[PROMPT]: Look below for the line holding "v -19.374 -15.374 0.016" and the line holding "v 19.962 15.537 0.312". Repeat those two and everything between, exactly.

[DATA SECTION]:
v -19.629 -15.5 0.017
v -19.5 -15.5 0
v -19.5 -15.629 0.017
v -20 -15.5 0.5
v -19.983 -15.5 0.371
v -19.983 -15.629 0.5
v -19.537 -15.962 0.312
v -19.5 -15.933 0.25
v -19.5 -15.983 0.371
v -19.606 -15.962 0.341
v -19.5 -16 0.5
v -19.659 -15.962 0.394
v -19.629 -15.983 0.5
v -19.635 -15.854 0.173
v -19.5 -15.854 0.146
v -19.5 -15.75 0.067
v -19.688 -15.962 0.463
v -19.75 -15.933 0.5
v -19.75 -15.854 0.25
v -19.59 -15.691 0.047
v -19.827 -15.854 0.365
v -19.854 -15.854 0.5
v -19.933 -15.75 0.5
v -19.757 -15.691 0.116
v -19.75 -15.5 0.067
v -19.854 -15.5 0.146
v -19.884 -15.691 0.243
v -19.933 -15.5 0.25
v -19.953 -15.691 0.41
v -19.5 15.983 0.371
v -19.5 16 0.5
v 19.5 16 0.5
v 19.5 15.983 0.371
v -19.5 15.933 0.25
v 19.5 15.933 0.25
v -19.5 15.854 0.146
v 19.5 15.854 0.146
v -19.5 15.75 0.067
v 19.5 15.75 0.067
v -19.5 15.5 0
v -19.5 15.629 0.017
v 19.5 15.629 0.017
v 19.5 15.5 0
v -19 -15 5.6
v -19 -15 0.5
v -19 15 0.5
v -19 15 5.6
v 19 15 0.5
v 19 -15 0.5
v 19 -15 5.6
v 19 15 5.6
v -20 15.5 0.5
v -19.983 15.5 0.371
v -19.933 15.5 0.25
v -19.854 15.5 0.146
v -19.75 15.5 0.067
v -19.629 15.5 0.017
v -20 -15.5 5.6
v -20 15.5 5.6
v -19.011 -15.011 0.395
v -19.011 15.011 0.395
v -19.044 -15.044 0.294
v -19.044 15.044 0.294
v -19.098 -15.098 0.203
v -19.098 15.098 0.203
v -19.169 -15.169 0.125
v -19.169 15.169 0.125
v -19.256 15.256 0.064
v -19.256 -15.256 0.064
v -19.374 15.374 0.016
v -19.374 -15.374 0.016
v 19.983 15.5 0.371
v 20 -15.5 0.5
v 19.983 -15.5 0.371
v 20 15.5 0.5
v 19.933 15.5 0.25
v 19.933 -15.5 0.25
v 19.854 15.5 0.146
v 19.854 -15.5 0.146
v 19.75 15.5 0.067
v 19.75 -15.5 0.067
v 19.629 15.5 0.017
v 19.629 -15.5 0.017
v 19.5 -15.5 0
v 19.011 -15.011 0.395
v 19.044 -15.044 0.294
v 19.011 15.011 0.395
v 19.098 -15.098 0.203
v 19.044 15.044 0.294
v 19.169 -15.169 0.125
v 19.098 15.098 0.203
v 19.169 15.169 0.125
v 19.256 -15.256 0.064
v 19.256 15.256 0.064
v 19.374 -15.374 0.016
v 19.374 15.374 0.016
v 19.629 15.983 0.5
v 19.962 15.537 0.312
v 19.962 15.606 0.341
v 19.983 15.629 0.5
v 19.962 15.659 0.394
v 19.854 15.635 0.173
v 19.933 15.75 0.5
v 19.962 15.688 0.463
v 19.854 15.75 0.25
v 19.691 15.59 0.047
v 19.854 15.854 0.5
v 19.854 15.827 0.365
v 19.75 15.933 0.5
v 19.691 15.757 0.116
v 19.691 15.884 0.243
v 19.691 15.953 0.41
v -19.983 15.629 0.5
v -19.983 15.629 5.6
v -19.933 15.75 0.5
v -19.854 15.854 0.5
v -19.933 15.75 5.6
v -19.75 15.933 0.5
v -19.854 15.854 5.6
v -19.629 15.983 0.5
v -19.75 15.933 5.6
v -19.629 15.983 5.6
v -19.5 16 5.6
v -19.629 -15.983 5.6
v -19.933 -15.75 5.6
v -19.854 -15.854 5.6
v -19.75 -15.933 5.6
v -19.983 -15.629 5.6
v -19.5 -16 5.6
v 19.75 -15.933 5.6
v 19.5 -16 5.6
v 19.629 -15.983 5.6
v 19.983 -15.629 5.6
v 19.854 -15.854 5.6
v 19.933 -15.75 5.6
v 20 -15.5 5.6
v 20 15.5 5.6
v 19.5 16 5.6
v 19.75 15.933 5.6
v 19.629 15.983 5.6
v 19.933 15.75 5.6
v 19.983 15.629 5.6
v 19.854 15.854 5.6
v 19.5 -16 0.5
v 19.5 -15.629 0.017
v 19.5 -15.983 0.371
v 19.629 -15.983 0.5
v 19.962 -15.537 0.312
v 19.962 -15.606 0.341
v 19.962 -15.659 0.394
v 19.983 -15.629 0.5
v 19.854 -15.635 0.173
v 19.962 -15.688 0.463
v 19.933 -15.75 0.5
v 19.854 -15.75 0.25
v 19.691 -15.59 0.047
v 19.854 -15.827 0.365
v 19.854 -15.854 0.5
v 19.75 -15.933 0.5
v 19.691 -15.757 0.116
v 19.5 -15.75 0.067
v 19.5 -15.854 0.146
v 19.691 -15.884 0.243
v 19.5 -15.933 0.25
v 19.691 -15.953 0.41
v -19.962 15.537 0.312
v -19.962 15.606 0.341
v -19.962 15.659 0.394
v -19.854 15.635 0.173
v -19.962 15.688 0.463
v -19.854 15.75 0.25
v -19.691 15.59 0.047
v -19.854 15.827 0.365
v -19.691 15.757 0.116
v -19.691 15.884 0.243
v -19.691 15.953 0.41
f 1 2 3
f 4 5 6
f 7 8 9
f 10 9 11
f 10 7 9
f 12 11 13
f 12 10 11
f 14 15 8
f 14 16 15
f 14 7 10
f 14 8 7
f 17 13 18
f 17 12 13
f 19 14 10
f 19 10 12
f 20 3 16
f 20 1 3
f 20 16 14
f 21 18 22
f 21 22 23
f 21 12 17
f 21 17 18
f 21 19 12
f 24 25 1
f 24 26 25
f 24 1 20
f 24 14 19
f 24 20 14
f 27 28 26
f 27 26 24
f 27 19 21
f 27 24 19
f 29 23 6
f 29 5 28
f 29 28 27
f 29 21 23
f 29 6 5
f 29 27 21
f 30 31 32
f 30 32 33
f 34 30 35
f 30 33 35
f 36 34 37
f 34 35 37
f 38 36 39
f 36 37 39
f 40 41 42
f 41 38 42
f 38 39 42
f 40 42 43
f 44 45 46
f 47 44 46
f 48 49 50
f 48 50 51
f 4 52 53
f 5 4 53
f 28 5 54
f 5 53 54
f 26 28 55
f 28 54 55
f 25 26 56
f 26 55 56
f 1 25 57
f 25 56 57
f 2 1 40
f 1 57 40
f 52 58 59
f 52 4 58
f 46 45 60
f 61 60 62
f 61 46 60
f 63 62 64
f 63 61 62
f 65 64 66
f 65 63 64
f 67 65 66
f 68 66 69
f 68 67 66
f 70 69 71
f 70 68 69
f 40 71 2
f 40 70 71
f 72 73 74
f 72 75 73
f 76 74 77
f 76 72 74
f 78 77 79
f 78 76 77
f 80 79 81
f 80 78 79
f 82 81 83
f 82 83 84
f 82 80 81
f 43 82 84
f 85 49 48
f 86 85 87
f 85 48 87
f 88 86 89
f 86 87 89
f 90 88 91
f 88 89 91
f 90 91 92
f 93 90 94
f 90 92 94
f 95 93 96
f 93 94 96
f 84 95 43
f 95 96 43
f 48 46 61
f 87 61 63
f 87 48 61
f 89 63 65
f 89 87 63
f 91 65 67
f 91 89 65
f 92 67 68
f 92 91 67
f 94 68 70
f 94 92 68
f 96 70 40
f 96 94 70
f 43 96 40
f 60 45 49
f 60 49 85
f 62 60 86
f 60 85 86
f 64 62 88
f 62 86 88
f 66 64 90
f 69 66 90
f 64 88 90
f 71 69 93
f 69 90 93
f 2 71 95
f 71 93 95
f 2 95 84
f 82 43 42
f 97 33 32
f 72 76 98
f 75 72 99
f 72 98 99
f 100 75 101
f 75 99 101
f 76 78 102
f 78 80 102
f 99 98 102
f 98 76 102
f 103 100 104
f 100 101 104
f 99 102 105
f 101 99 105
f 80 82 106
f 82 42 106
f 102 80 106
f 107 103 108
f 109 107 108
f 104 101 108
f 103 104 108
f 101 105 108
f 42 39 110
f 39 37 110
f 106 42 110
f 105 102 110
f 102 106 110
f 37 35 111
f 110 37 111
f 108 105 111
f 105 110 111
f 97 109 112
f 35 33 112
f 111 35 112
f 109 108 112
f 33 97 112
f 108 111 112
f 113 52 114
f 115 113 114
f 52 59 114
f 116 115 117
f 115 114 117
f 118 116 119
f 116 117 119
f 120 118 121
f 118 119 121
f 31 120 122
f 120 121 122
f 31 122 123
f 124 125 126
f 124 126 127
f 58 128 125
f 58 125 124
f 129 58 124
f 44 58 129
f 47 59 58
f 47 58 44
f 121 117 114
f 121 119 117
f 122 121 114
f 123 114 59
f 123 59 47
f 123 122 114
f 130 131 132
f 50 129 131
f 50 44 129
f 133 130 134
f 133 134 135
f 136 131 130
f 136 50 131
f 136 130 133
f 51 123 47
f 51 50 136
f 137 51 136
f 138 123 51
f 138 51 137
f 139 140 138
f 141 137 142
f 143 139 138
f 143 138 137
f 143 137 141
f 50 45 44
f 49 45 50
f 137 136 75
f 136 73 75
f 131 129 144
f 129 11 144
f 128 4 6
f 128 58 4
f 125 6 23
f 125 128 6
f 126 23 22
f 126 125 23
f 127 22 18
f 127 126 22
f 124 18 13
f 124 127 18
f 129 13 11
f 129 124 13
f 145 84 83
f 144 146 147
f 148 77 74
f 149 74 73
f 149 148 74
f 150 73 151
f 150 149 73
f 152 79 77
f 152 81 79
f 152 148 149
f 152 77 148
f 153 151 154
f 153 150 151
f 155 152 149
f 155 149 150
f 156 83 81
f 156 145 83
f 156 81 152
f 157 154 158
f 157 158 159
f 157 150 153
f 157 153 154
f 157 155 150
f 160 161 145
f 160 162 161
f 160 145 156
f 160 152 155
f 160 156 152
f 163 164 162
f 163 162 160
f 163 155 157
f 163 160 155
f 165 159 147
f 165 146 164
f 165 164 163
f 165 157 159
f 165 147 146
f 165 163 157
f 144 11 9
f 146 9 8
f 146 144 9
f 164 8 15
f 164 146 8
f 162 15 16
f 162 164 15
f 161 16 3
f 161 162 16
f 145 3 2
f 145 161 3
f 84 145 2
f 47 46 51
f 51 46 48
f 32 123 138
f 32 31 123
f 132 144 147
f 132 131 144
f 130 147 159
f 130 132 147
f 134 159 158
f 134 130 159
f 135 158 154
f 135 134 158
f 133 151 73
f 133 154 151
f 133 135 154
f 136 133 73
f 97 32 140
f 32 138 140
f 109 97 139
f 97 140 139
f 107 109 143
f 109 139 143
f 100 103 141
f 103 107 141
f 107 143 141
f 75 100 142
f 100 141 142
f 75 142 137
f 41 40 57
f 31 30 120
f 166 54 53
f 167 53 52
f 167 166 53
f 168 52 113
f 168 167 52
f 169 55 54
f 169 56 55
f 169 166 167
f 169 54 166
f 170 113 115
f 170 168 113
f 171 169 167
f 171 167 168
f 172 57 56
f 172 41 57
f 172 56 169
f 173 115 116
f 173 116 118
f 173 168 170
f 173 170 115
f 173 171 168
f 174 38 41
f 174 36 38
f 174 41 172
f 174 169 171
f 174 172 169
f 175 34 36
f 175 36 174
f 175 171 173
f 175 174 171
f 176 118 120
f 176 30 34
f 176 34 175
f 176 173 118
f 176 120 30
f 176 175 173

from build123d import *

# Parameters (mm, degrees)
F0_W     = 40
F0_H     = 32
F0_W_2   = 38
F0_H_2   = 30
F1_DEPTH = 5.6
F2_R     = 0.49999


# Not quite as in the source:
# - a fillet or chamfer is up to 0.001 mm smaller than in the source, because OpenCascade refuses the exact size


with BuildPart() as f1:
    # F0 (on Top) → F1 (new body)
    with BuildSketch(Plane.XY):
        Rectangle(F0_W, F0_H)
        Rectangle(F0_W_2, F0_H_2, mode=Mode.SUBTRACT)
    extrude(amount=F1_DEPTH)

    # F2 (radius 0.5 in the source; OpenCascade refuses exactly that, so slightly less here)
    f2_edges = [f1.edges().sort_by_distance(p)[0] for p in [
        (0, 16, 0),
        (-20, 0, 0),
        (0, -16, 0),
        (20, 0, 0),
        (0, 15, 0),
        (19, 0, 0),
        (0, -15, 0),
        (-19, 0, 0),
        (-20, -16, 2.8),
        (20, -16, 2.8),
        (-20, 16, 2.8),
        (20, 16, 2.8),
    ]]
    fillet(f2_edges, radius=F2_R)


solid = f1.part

[SOLUTION TO THIS PROBLEM]:
v -19.374 -15.374 0.016
v 19.983 15.5 0.371
v 20 -15.5 0.5
v 19.983 -15.5 0.371
v 20 15.5 0.5
v 19.933 15.5 0.25
v 19.933 -15.5 0.25
v 19.854 15.5 0.146
v 19.854 -15.5 0.146
v 19.75 15.5 0.067
v 19.75 -15.5 0.067
v 19.629 15.5 0.017
v 19.629 -15.5 0.017
v 19.5 -15.5 0
v 19.011 -15.011 0.395
v 19.044 -15.044 0.294
v 19.011 15.011 0.395
v 19.098 -15.098 0.203
v 19.044 15.044 0.294
v 19.169 -15.169 0.125
v 19.098 15.098 0.203
v 19.169 15.169 0.125
v 19.256 -15.256 0.064
v 19.256 15.256 0.064
v 19.374 -15.374 0.016
v 19.374 15.374 0.016
v 19.629 15.983 0.5
v 19.962 15.537 0.312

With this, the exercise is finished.